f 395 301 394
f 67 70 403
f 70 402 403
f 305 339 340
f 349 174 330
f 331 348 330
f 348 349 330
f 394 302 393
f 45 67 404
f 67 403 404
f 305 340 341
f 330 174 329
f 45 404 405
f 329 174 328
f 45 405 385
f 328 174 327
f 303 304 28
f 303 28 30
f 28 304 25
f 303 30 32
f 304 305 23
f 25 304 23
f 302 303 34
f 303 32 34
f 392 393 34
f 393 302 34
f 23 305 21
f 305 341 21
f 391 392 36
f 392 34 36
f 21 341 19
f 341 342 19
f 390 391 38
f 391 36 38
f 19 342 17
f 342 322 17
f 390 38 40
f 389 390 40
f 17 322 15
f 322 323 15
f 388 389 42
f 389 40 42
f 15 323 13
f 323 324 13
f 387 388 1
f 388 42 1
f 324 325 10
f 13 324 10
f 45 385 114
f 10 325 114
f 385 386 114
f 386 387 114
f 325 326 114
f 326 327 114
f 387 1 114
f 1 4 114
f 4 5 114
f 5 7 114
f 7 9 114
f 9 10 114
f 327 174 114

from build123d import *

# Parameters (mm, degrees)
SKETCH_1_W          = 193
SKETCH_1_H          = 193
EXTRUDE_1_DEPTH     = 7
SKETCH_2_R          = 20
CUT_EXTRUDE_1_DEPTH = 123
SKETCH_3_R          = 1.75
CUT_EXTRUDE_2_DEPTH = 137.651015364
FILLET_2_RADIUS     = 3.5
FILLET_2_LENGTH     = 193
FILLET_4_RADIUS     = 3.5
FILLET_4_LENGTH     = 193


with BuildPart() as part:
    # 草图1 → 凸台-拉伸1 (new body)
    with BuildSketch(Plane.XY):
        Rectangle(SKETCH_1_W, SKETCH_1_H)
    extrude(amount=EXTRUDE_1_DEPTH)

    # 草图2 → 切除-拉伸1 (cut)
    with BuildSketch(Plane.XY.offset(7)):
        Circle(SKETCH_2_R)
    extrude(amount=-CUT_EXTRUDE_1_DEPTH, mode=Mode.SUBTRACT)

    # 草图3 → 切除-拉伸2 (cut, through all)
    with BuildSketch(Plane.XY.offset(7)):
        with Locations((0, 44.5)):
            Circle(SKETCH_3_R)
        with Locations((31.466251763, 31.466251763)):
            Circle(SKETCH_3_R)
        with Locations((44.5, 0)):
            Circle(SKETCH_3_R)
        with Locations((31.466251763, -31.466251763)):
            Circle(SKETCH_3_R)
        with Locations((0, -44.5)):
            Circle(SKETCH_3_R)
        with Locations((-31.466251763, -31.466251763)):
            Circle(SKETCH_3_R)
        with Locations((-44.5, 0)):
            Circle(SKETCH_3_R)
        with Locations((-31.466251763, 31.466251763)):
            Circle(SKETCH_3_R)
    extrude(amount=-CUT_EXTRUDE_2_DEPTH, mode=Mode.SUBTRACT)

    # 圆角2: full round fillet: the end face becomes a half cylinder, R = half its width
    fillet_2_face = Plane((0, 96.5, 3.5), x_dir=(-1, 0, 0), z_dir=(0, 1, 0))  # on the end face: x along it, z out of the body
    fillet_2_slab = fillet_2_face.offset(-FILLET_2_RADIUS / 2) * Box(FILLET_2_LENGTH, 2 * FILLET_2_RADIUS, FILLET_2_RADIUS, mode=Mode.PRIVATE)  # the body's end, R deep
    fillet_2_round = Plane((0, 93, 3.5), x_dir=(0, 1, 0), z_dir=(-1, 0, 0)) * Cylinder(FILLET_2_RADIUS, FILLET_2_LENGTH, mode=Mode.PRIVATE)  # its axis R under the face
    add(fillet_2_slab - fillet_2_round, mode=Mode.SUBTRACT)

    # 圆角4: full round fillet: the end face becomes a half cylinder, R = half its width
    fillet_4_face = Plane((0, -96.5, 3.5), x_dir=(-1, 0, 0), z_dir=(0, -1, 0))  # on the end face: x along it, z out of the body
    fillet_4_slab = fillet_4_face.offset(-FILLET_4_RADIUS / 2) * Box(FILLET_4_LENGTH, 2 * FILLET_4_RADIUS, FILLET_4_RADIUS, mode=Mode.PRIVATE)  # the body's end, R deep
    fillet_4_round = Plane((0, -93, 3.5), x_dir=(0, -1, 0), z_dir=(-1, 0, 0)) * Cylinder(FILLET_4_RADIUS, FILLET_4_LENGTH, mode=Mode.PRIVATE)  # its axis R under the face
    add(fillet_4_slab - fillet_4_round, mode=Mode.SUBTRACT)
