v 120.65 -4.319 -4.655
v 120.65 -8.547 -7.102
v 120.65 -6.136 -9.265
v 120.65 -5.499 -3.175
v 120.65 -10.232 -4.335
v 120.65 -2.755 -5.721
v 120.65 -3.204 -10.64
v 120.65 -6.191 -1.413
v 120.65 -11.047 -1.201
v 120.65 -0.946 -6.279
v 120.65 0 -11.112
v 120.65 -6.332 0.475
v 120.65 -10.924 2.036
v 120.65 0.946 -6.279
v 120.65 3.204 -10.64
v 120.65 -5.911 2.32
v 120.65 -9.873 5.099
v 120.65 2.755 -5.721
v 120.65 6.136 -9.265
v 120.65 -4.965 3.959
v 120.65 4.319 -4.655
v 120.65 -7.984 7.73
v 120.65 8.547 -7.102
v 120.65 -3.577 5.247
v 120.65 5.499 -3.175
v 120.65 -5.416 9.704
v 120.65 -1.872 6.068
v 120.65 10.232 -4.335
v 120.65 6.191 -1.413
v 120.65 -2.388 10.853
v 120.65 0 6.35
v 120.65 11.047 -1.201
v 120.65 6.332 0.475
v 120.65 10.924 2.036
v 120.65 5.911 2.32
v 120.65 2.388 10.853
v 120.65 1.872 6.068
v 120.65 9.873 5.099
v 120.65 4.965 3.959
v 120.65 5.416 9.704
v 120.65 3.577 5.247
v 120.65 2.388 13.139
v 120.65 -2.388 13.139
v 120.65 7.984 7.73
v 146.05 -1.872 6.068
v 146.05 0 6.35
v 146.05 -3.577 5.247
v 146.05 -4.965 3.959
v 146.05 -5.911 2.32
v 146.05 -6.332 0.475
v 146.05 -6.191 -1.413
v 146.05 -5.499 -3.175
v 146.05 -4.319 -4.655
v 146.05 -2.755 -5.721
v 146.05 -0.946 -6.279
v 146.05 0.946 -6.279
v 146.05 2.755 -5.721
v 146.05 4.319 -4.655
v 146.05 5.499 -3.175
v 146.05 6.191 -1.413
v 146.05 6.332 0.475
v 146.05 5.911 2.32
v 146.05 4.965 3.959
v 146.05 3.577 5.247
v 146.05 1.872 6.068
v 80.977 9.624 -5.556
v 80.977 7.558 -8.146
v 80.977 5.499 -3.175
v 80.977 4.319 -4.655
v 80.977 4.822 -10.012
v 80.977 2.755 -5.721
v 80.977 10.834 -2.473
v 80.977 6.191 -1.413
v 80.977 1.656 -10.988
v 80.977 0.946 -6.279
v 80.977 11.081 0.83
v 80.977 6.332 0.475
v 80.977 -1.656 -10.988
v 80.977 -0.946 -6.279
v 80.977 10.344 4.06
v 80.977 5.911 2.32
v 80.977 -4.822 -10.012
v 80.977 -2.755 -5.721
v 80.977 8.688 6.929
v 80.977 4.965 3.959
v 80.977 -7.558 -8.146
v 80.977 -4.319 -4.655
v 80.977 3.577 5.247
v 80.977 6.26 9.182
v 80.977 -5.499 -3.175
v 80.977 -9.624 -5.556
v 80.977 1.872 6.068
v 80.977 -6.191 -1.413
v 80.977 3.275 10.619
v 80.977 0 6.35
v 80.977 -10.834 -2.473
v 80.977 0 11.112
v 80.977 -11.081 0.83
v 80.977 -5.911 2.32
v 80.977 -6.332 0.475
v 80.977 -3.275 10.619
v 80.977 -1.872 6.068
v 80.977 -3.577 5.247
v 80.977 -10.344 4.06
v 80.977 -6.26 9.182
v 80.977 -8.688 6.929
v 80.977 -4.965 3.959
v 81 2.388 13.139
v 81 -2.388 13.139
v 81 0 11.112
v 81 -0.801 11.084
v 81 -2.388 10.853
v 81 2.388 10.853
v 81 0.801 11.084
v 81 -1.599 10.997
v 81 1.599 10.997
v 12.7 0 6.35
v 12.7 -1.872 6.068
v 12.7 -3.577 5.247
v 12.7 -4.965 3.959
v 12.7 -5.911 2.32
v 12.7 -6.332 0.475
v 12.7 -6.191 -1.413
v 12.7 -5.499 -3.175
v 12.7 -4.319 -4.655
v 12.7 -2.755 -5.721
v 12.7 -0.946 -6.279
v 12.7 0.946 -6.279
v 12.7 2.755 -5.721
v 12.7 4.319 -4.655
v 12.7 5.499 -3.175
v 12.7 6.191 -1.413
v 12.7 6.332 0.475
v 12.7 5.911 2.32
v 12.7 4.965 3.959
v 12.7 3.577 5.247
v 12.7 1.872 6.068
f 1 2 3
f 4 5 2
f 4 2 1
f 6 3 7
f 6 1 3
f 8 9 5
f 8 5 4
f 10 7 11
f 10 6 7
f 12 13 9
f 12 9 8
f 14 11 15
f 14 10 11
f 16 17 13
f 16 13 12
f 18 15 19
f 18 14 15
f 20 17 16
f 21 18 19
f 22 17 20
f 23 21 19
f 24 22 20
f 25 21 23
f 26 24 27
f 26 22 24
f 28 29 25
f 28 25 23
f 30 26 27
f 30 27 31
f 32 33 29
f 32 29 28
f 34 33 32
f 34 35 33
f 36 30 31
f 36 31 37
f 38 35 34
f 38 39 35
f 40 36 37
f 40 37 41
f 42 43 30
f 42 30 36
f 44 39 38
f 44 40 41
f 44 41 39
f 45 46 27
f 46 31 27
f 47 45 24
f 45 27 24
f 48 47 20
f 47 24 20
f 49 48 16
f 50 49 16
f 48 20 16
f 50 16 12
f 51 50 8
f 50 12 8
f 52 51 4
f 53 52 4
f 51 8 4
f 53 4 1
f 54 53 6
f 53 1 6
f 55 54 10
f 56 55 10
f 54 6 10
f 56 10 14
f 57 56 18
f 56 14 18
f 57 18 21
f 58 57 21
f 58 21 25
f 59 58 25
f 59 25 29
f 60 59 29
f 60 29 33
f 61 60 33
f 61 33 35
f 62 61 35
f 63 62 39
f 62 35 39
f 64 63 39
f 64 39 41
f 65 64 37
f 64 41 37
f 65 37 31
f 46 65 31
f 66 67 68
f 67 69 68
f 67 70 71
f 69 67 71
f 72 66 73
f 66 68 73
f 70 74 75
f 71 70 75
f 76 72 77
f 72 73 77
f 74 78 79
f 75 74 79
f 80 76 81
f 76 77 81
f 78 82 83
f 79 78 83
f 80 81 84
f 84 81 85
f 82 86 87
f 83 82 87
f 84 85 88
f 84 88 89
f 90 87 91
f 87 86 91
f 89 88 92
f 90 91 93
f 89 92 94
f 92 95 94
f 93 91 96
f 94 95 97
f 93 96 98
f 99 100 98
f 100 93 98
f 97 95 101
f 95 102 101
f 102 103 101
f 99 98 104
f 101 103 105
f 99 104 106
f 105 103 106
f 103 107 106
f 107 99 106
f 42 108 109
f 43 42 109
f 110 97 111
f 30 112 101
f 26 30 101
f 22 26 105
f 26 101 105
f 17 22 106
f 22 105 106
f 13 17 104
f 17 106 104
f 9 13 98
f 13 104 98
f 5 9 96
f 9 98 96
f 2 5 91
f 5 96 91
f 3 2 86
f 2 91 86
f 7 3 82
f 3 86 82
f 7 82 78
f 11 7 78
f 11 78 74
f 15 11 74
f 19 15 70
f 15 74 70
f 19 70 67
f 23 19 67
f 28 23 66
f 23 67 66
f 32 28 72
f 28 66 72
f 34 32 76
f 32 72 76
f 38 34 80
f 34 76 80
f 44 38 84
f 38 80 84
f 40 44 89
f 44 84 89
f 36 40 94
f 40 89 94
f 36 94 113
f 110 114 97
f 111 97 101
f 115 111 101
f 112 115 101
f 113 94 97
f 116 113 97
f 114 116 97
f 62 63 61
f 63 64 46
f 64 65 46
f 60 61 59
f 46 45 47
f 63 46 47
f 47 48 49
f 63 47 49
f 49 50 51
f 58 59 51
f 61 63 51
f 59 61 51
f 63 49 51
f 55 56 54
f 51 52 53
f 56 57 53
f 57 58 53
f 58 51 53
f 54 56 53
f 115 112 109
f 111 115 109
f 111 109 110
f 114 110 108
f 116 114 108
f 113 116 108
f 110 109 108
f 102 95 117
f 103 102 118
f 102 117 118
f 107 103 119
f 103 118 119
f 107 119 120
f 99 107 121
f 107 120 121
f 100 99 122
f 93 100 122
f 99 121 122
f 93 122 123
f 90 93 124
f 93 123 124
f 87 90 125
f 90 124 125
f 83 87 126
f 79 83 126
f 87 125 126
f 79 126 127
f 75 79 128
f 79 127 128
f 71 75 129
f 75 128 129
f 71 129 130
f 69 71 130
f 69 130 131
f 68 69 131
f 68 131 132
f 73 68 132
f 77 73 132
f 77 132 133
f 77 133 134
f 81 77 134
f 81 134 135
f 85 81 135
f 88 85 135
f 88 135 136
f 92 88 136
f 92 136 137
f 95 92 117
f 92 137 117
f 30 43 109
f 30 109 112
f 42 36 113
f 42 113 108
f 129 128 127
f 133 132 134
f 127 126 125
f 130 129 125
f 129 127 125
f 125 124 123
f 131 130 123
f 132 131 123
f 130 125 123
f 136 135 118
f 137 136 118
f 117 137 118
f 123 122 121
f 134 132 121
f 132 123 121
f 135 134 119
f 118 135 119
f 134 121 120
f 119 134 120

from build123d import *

# Parameters (mm, degrees)
F3_DEPTH = 39.65
F4_DEPTH = 12.7
F5_DEPTH = 12.7


with BuildPart() as f1:
    # F0 (on Front) → F1 (revolve)
    with BuildSketch(Plane.XZ):
        Polygon((0, 6.35), (0, 0), (133.35, 0), (133.35, 6.35), (120.65, 6.35), (120.65, 11.1125), (80.9773877263, 11.1125), (80.9773877263, 6.35), align=None)
    revolve(axis=Axis((66.675, 0, 0), (1, 0, 0)))

    # F2 (on face) → F3 (join)
    with BuildSketch(Plane.YZ.offset(120.65)):
        with BuildLine():
            Line((-2.3876, 13.1389729793), (-2.3876, 10.8529729793))
            ThreePointArc((-2.3876, 10.8529729793), (0, 11.1125), (2.3876, 10.8529729793))
            Line((2.3876, 10.8529729793), (2.3876, 13.1389729793))
            Line((2.3876, 13.1389729793), (-2.3876, 13.1389729793))
        make_face()
    extrude(amount=-F3_DEPTH)

    # F4 (add): a face of the model
    f4_faces = [f1.faces().sort_by_distance(p)[0] for p in [
        (133.35, 0, 0),
    ]]
    extrude(f4_faces, amount=F4_DEPTH)

    # F5 (cut): a face of the model
    f5_faces = [f1.faces().sort_by_distance(p)[0] for p in [
        (0, 0, 0),
    ]]
    extrude(f5_faces, amount=-F5_DEPTH, mode=Mode.SUBTRACT)


solid = f1.part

------------------------------

**Goal of the exercise**
Restate the data verbatim through the "# 圆角2: full" line.

**Task output**
f 395 301 394
f 67 70 403
f 70 402 403
f 305 339 340
f 349 174 330
f 331 348 330
f 348 349 330
f 394 302 393
f 45 67 404
f 67 403 404
f 305 340 341
f 330 174 329
f 45 404 405
f 329 174 328
f 45 405 385
f 328 174 327
f 303 304 28
f 303 28 30
f 28 304 25
f 303 30 32
f 304 305 23
f 25 304 23
f 302 303 34
f 303 32 34
f 392 393 34
f 393 302 34
f 23 305 21
f 305 341 21
f 391 392 36
f 392 34 36
f 21 341 19
f 341 342 19
f 390 391 38
f 391 36 38
f 19 342 17
f 342 322 17
f 390 38 40
f 389 390 40
f 17 322 15
f 322 323 15
f 388 389 42
f 389 40 42
f 15 323 13
f 323 324 13
f 387 388 1
f 388 42 1
f 324 325 10
f 13 324 10
f 45 385 114
f 10 325 114
f 385 386 114
f 386 387 114
f 325 326 114
f 326 327 114
f 387 1 114
f 1 4 114
f 4 5 114
f 5 7 114
f 7 9 114
f 9 10 114
f 327 174 114

from build123d import *

# Parameters (mm, degrees)
SKETCH_1_W          = 193
SKETCH_1_H          = 193
EXTRUDE_1_DEPTH     = 7
SKETCH_2_R          = 20
CUT_EXTRUDE_1_DEPTH = 123
SKETCH_3_R          = 1.75
CUT_EXTRUDE_2_DEPTH = 137.651015364
FILLET_2_RADIUS     = 3.5
FILLET_2_LENGTH     = 193
FILLET_4_RADIUS     = 3.5
FILLET_4_LENGTH     = 193


with BuildPart() as part:
    # 草图1 → 凸台-拉伸1 (new body)
    with BuildSketch(Plane.XY):
        Rectangle(SKETCH_1_W, SKETCH_1_H)
    extrude(amount=EXTRUDE_1_DEPTH)

    # 草图2 → 切除-拉伸1 (cut)
    with BuildSketch(Plane.XY.offset(7)):
        Circle(SKETCH_2_R)
    extrude(amount=-CUT_EXTRUDE_1_DEPTH, mode=Mode.SUBTRACT)

    # 草图3 → 切除-拉伸2 (cut, through all)
    with BuildSketch(Plane.XY.offset(7)):
        with Locations((0, 44.5)):
            Circle(SKETCH_3_R)
        with Locations((31.466251763, 31.466251763)):
            Circle(SKETCH_3_R)
        with Locations((44.5, 0)):
            Circle(SKETCH_3_R)
        with Locations((31.466251763, -31.466251763)):
            Circle(SKETCH_3_R)
        with Locations((0, -44.5)):
            Circle(SKETCH_3_R)
        with Locations((-31.466251763, -31.466251763)):
            Circle(SKETCH_3_R)
        with Locations((-44.5, 0)):
            Circle(SKETCH_3_R)
        with Locations((-31.466251763, 31.466251763)):
            Circle(SKETCH_3_R)
    extrude(amount=-CUT_EXTRUDE_2_DEPTH, mode=Mode.SUBTRACT)

    # 圆角2: full round fillet: the end face becomes a half cylinder, R = half its width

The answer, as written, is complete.